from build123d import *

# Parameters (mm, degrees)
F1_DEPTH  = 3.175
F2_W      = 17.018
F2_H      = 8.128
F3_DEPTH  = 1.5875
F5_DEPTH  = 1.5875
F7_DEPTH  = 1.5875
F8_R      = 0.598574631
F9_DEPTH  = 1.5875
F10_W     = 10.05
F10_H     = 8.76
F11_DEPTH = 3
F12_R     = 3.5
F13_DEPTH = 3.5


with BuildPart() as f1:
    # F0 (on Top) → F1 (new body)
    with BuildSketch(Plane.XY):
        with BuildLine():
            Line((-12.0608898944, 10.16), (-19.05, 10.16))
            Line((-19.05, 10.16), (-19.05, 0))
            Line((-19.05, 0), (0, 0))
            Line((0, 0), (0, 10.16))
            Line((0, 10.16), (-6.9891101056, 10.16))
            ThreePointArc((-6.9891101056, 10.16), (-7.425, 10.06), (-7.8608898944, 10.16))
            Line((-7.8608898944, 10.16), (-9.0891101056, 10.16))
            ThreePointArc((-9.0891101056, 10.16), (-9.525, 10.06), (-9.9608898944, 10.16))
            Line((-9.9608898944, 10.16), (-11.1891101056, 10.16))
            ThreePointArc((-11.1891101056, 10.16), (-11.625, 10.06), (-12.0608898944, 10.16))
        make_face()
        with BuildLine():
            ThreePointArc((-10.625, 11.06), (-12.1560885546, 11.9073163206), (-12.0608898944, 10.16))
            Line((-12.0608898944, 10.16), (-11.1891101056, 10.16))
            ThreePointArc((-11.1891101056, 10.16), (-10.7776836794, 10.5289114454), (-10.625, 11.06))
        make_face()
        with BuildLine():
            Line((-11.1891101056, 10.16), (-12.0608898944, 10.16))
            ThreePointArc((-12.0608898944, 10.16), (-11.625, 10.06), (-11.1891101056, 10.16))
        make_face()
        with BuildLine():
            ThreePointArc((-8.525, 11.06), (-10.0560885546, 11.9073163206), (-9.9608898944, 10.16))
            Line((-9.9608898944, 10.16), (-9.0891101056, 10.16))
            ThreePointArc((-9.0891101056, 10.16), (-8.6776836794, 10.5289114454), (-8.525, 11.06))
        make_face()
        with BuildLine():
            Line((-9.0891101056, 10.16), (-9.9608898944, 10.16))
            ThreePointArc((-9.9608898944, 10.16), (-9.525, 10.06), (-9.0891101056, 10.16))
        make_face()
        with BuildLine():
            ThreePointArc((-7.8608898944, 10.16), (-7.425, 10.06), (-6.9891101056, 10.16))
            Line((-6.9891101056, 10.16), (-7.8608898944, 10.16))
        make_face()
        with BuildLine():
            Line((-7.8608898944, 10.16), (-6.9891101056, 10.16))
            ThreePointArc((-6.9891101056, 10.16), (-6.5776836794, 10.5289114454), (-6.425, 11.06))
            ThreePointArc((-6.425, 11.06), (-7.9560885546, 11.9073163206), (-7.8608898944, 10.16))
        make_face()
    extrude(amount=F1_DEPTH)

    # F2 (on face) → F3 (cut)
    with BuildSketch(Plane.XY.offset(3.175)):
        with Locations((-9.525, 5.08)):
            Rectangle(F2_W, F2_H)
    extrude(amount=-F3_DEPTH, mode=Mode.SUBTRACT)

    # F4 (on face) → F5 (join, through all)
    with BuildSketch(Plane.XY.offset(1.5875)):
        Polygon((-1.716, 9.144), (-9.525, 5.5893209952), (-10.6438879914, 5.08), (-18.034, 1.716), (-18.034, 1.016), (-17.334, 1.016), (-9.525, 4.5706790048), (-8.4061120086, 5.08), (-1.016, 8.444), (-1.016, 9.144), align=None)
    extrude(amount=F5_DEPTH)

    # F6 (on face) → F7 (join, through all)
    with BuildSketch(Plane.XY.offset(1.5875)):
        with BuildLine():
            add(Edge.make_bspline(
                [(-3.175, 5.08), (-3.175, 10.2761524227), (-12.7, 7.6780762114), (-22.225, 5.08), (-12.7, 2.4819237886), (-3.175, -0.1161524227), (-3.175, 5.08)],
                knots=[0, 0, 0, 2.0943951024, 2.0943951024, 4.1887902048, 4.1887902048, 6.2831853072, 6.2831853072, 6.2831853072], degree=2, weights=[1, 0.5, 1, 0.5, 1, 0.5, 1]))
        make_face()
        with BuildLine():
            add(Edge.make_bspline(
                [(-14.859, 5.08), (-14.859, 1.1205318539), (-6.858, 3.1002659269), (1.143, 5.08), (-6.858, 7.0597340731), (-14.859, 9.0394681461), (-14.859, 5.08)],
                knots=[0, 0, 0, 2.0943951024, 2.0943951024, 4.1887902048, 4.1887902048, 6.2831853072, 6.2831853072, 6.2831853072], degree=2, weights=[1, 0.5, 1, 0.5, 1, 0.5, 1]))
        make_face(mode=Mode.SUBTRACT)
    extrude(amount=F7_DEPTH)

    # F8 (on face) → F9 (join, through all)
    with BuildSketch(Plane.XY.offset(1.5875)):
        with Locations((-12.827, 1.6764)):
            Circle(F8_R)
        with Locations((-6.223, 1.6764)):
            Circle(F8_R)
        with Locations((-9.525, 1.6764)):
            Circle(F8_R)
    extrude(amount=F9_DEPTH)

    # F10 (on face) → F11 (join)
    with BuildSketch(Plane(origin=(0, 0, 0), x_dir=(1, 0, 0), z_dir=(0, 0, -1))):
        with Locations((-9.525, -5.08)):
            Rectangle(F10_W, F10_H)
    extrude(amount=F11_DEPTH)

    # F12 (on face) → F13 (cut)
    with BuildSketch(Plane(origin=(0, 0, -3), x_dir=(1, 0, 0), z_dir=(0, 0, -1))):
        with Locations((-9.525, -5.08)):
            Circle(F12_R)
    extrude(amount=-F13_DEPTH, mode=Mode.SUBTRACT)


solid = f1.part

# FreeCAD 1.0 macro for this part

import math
import FreeCAD as App
import Part
import Sketcher
from FreeCAD import Vector
Q = App.Units.Quantity

doc = App.newDocument("Part")
body = doc.addObject("PartDesign::Body", "Body")

# Sketch on XY plane
sketch1 = body.newObject("Sketcher::SketchObject", "Sketch")
sketch1.AttachmentSupport = (doc.getObject("XY_Plane"), [""])
sketch1.MapMode = "FlatFace"
sketch1.addGeometry(Part.LineSegment(Vector(-12.1, 10.2, 0), Vector(-19.1, 10.2, 0)), False)
sketch1.addGeometry(Part.LineSegment(Vector(-19.1, 10.2, 0), Vector(-19.1, 0, 0)), False)
sketch1.addGeometry(Part.LineSegment(Vector(-19.1, 0, 0), Vector(0, 0, 0)), False)
sketch1.addGeometry(Part.LineSegment(Vector(0, 0, 0), Vector(0, 10.2, 0)), False)
sketch1.addGeometry(Part.LineSegment(Vector(0, 10.2, 0), Vector(-7, 10.2, 0)), False)
sketch1.addGeometry(Part.ArcOfCircle(Part.Circle(Vector(-7.4, 11.1, 0), Vector(0, 0, 1), 1), math.radians(-64), math.radians(0)), False)
sketch1.addGeometry(Part.ArcOfCircle(Part.Circle(Vector(-7.4, 11.1, 0), Vector(0, 0, 1), 1), math.radians(0), math.radians(244)), False)
sketch1.addGeometry(Part.LineSegment(Vector(-7.9, 10.2, 0), Vector(-9.1, 10.2, 0)), False)
sketch1.addGeometry(Part.ArcOfCircle(Part.Circle(Vector(-9.5, 11.1, 0), Vector(0, 0, 1), 1), math.radians(-64), math.radians(0)), False)
sketch1.addGeometry(Part.ArcOfCircle(Part.Circle(Vector(-9.5, 11.1, 0), Vector(0, 0, 1), 1), math.radians(0), math.radians(244)), False)
sketch1.addGeometry(Part.LineSegment(Vector(-10, 10.2, 0), Vector(-11.2, 10.2, 0)), False)
sketch1.addGeometry(Part.ArcOfCircle(Part.Circle(Vector(-11.6, 11.1, 0), Vector(0, 0, 1), 1), math.radians(-64), math.radians(0)), False)
sketch1.addGeometry(Part.ArcOfCircle(Part.Circle(Vector(-11.6, 11.1, 0), Vector(0, 0, 1), 1), math.radians(0), math.radians(244)), False)
sketch1.addConstraint(Sketcher.Constraint("Coincident", 0, 2, 1, 1))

* * * * *

Which lines of the data above contain "through"? Copy each one.

    # F4 (on face) → F5 (join, through all)
    # F6 (on face) → F7 (join, through all)
    # F8 (on face) → F9 (join, through all)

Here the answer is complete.